▸ **TASK TO CARRY OUT**
Print the data below exactly, but only the lines from the one containing "#1=APPLICATION_CONTEXT('');" down to the one containing "#27=EDGE_CURVE('',#23,#14,#26,.T.);", inclusive.

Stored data
.....
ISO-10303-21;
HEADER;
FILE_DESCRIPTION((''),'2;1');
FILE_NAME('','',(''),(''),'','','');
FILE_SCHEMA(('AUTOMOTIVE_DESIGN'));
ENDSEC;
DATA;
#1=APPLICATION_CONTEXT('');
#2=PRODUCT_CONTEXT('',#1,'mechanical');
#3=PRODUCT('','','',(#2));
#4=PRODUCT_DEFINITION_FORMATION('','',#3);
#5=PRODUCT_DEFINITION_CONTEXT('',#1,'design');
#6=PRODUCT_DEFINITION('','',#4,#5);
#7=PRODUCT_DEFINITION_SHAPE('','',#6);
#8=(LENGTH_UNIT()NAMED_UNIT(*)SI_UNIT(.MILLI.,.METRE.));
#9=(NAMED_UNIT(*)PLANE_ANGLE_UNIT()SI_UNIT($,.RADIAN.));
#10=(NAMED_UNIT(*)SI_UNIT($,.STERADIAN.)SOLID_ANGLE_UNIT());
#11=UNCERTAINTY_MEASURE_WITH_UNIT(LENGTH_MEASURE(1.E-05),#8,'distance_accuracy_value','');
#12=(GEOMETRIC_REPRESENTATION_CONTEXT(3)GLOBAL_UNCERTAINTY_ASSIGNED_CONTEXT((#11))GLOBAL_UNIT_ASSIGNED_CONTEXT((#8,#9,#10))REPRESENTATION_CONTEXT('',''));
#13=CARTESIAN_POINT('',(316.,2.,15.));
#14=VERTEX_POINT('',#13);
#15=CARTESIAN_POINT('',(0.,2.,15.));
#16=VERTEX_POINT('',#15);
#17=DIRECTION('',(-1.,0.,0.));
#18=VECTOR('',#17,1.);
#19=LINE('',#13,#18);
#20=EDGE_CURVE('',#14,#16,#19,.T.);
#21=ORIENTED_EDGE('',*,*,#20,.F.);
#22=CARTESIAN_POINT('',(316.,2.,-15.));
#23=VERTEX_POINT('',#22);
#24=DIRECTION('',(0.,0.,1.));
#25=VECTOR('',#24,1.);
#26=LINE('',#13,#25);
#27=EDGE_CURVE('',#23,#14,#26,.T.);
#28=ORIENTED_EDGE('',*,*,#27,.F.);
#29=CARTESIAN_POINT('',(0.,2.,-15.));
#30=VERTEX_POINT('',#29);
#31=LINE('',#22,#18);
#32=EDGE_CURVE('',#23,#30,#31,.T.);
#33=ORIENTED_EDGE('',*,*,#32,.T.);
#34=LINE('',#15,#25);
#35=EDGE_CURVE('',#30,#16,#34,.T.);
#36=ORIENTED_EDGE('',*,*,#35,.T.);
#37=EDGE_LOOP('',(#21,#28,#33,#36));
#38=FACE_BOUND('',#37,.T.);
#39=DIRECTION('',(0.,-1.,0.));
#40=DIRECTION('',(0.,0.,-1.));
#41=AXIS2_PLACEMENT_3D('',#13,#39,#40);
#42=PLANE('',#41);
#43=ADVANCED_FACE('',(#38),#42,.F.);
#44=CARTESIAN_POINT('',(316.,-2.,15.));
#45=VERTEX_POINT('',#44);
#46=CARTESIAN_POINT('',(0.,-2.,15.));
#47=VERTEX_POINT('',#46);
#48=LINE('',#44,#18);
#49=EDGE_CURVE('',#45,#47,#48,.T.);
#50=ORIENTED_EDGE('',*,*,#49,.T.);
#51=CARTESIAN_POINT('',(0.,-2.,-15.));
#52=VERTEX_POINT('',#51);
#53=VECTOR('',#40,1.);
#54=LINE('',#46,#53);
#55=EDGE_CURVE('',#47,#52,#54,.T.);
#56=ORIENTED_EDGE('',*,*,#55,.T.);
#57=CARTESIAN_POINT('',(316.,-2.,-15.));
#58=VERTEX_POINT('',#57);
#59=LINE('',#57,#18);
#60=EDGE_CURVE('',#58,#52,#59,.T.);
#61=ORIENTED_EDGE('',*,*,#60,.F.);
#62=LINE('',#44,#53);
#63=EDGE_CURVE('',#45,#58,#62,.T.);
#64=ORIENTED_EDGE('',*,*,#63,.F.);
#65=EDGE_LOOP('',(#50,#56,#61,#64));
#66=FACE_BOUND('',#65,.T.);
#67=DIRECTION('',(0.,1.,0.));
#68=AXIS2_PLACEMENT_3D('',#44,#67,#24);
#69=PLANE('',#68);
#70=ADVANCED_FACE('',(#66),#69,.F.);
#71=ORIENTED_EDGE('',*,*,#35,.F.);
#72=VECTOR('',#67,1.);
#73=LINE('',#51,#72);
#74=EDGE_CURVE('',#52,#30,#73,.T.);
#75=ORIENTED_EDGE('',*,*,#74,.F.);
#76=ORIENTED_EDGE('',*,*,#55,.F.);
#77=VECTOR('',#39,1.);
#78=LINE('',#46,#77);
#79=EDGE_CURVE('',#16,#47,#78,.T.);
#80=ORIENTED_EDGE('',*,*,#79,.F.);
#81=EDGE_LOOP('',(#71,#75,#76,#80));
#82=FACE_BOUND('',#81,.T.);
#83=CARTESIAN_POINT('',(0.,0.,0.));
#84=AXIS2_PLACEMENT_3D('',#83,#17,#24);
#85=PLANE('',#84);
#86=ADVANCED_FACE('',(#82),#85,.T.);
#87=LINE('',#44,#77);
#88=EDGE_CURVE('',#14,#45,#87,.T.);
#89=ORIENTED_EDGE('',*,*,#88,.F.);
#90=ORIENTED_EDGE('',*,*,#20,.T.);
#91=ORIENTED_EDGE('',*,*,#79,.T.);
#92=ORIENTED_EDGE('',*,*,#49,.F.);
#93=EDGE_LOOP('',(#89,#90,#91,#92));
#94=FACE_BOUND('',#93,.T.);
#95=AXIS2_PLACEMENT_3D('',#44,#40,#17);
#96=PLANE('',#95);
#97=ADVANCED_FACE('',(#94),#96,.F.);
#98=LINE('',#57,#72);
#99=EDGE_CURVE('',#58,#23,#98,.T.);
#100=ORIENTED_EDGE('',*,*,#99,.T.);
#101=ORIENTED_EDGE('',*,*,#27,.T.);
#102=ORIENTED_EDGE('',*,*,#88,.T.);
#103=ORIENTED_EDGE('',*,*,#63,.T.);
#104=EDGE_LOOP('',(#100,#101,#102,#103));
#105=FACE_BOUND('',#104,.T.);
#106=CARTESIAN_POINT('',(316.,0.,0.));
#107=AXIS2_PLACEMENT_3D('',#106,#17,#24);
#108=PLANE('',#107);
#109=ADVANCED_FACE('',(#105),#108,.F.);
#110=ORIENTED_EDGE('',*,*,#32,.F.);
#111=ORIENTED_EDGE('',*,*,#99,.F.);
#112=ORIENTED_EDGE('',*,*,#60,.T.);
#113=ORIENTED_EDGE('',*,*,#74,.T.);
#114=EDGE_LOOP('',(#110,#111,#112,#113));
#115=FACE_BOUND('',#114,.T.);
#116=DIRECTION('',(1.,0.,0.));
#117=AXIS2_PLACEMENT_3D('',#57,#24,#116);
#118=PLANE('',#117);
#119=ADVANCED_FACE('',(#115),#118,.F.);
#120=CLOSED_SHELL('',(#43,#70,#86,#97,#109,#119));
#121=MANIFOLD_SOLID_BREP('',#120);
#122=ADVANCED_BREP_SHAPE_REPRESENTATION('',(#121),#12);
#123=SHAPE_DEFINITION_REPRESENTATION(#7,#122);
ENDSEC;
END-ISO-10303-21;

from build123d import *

# Parameters (mm, degrees)
SKETCH_1_W      = 30
SKETCH_1_H      = 4
EXTRUDE_1_DEPTH = 316


with BuildPart() as part:
    # Эскиз1 → Бобышка-Вытянуть1 (new body)
    with BuildSketch(Plane(origin=(0, 0, 0), x_dir=(0, 0, -1), z_dir=(1, 0, 0))):
        Rectangle(SKETCH_1_W, SKETCH_1_H)
    extrude(amount=EXTRUDE_1_DEPTH)


solid = part.part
.....
▸ **PROBLEM SOLUTION**
#1=APPLICATION_CONTEXT('');
#2=PRODUCT_CONTEXT('',#1,'mechanical');
#3=PRODUCT('','','',(#2));
#4=PRODUCT_DEFINITION_FORMATION('','',#3);
#5=PRODUCT_DEFINITION_CONTEXT('',#1,'design');
#6=PRODUCT_DEFINITION('','',#4,#5);
#7=PRODUCT_DEFINITION_SHAPE('','',#6);
#8=(LENGTH_UNIT()NAMED_UNIT(*)SI_UNIT(.MILLI.,.METRE.));
#9=(NAMED_UNIT(*)PLANE_ANGLE_UNIT()SI_UNIT($,.RADIAN.));
#10=(NAMED_UNIT(*)SI_UNIT($,.STERADIAN.)SOLID_ANGLE_UNIT());
#11=UNCERTAINTY_MEASURE_WITH_UNIT(LENGTH_MEASURE(1.E-05),#8,'distance_accuracy_value','');
#12=(GEOMETRIC_REPRESENTATION_CONTEXT(3)GLOBAL_UNCERTAINTY_ASSIGNED_CONTEXT((#11))GLOBAL_UNIT_ASSIGNED_CONTEXT((#8,#9,#10))REPRESENTATION_CONTEXT('',''));
#13=CARTESIAN_POINT('',(316.,2.,15.));
#14=VERTEX_POINT('',#13);
#15=CARTESIAN_POINT('',(0.,2.,15.));
#16=VERTEX_POINT('',#15);
#17=DIRECTION('',(-1.,0.,0.));
#18=VECTOR('',#17,1.);
#19=LINE('',#13,#18);
#20=EDGE_CURVE('',#14,#16,#19,.T.);
#21=ORIENTED_EDGE('',*,*,#20,.F.);
#22=CARTESIAN_POINT('',(316.,2.,-15.));
#23=VERTEX_POINT('',#22);
#24=DIRECTION('',(0.,0.,1.));
#25=VECTOR('',#24,1.);
#26=LINE('',#13,#25);
#27=EDGE_CURVE('',#23,#14,#26,.T.);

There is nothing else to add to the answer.